*DATA SUPPLIED*:
_____
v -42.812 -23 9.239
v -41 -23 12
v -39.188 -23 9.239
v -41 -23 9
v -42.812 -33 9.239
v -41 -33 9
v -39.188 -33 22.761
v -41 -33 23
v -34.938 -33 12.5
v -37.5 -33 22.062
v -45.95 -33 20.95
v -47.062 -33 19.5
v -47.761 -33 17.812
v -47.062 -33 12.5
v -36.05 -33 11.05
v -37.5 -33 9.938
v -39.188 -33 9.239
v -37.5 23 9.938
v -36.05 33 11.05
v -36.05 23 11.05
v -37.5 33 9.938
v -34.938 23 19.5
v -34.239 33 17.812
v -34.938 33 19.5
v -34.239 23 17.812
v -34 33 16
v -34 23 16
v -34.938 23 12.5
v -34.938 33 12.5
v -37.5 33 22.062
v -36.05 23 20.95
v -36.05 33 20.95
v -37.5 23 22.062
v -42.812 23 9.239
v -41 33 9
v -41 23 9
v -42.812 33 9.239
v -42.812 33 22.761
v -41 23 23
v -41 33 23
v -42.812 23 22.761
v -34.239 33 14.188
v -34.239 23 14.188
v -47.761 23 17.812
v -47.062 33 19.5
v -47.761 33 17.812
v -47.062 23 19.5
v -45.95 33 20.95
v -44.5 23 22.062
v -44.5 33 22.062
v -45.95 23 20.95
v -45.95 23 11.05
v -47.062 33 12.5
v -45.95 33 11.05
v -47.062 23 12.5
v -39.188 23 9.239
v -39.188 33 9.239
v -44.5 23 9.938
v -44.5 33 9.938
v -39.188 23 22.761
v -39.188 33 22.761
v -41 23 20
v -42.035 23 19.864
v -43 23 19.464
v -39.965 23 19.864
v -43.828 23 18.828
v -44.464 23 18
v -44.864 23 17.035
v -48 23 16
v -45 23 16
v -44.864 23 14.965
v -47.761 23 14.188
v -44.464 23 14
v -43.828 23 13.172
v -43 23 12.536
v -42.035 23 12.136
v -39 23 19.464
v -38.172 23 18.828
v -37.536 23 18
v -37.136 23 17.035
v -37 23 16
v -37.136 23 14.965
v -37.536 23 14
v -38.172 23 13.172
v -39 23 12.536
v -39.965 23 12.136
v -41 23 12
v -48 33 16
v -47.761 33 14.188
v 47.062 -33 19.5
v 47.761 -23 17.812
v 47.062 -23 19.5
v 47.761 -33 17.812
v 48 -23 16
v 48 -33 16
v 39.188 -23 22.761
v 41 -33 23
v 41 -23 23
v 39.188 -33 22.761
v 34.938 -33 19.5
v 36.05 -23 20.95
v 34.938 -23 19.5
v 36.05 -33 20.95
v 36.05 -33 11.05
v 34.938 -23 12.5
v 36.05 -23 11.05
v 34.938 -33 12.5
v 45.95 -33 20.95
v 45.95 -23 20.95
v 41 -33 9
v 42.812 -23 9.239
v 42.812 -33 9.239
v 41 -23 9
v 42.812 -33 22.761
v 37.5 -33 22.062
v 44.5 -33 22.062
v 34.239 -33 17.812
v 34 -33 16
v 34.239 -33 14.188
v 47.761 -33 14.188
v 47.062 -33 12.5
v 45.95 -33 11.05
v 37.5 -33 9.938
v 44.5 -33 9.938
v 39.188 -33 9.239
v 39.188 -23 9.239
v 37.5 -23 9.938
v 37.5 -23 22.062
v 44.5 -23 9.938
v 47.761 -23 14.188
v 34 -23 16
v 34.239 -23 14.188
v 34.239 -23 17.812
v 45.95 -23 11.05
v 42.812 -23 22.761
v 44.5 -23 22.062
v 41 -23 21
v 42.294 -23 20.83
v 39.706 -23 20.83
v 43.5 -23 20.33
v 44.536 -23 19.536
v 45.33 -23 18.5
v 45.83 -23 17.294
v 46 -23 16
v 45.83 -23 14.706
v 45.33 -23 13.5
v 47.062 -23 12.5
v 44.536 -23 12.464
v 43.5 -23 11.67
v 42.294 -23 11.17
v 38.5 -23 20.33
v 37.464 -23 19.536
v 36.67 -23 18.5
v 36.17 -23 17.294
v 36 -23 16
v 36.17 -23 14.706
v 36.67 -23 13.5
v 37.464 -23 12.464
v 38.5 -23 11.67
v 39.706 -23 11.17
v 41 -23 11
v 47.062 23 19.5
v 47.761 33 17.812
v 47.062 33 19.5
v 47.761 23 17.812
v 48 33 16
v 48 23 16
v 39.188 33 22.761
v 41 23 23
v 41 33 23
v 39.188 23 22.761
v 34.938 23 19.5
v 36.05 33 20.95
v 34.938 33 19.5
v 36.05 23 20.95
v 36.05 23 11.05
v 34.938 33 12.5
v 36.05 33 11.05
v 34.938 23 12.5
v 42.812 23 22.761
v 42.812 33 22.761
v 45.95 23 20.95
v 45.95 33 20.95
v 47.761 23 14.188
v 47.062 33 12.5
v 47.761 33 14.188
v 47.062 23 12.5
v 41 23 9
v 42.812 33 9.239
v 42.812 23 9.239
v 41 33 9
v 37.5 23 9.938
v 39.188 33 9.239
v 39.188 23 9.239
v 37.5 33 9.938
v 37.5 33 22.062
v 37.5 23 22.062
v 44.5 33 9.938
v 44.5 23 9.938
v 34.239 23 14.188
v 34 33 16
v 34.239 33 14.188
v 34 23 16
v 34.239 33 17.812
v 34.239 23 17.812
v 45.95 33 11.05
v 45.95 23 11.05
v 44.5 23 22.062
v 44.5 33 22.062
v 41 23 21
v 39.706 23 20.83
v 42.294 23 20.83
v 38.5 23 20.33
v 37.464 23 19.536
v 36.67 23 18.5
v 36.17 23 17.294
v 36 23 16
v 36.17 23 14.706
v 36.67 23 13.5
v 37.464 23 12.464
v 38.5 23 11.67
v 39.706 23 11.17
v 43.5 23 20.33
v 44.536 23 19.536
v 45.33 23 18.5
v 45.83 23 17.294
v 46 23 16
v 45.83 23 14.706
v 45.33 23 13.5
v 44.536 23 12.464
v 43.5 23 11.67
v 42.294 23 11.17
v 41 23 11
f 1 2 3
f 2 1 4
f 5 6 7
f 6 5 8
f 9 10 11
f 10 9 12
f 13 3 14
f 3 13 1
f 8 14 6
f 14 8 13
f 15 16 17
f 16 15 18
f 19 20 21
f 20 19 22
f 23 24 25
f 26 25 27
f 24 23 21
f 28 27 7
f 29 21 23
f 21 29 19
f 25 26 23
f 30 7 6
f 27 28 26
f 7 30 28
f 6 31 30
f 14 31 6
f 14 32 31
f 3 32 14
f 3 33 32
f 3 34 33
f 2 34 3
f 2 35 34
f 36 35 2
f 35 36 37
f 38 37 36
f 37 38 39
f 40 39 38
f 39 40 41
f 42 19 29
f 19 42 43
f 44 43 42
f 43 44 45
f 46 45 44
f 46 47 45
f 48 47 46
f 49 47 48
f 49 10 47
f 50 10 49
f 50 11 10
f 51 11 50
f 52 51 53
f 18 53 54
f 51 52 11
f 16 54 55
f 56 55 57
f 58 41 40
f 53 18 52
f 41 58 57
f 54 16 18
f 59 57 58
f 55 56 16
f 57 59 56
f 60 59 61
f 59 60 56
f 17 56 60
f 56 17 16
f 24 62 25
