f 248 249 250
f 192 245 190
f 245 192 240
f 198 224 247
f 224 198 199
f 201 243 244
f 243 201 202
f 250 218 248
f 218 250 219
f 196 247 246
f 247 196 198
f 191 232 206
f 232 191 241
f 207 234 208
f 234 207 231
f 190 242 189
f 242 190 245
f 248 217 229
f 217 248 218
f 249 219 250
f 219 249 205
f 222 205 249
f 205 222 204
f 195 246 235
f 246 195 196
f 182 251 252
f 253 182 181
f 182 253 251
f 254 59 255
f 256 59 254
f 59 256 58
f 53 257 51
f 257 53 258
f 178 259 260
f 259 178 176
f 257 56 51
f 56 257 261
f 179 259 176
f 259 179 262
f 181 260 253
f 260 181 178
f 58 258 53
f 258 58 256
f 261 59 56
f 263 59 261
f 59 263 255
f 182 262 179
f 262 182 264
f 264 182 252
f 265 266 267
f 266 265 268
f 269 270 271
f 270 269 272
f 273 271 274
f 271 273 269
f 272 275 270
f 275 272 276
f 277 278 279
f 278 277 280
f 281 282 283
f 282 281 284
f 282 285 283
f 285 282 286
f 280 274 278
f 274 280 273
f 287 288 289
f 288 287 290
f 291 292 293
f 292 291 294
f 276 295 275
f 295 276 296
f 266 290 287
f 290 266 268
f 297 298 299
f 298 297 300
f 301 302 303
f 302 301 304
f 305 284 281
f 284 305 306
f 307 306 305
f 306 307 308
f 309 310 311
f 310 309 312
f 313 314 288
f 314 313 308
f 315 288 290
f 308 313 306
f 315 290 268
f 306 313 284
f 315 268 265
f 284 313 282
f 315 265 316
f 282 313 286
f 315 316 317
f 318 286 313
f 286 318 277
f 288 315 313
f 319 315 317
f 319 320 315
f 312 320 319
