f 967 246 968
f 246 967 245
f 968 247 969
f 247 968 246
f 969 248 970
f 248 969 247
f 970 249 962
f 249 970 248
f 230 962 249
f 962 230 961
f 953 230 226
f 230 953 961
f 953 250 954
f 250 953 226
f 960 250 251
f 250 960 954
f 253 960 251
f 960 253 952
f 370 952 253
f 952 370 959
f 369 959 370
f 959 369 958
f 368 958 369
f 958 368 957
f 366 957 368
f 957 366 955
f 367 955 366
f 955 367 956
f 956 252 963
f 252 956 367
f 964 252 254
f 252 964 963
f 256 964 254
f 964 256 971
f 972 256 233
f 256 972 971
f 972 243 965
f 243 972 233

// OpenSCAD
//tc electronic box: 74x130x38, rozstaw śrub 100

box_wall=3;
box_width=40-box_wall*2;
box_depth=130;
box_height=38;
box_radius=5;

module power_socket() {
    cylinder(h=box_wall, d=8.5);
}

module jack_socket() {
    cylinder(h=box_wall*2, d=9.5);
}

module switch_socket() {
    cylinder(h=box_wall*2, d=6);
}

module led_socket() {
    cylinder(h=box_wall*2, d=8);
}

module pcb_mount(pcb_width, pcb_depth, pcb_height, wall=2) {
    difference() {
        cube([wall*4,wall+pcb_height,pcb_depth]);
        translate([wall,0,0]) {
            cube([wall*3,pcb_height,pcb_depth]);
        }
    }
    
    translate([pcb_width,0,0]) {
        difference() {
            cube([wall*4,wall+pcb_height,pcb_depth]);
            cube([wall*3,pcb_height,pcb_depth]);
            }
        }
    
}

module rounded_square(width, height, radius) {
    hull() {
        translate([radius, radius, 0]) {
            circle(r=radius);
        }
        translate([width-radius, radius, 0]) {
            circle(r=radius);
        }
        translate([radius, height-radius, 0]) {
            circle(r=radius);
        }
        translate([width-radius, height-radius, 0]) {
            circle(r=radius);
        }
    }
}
_____
*DIRECTIONS*:
From the records above, transcribe without alteration every line from the one with "v 34.938 -33 19.5" to the one with "v 34.239 -33 14.188", inclusive.

*YOUR RESPONSE*:
v 34.938 -33 19.5
v 36.05 -23 20.95
v 34.938 -23 19.5
v 36.05 -33 20.95
v 36.05 -33 11.05
v 34.938 -23 12.5
v 36.05 -23 11.05
v 34.938 -33 12.5
v 45.95 -33 20.95
v 45.95 -23 20.95
v 41 -33 9
v 42.812 -23 9.239
v 42.812 -33 9.239
v 41 -23 9
v 42.812 -33 22.761
v 37.5 -33 22.062
v 44.5 -33 22.062
v 34.239 -33 17.812
v 34 -33 16
v 34.239 -33 14.188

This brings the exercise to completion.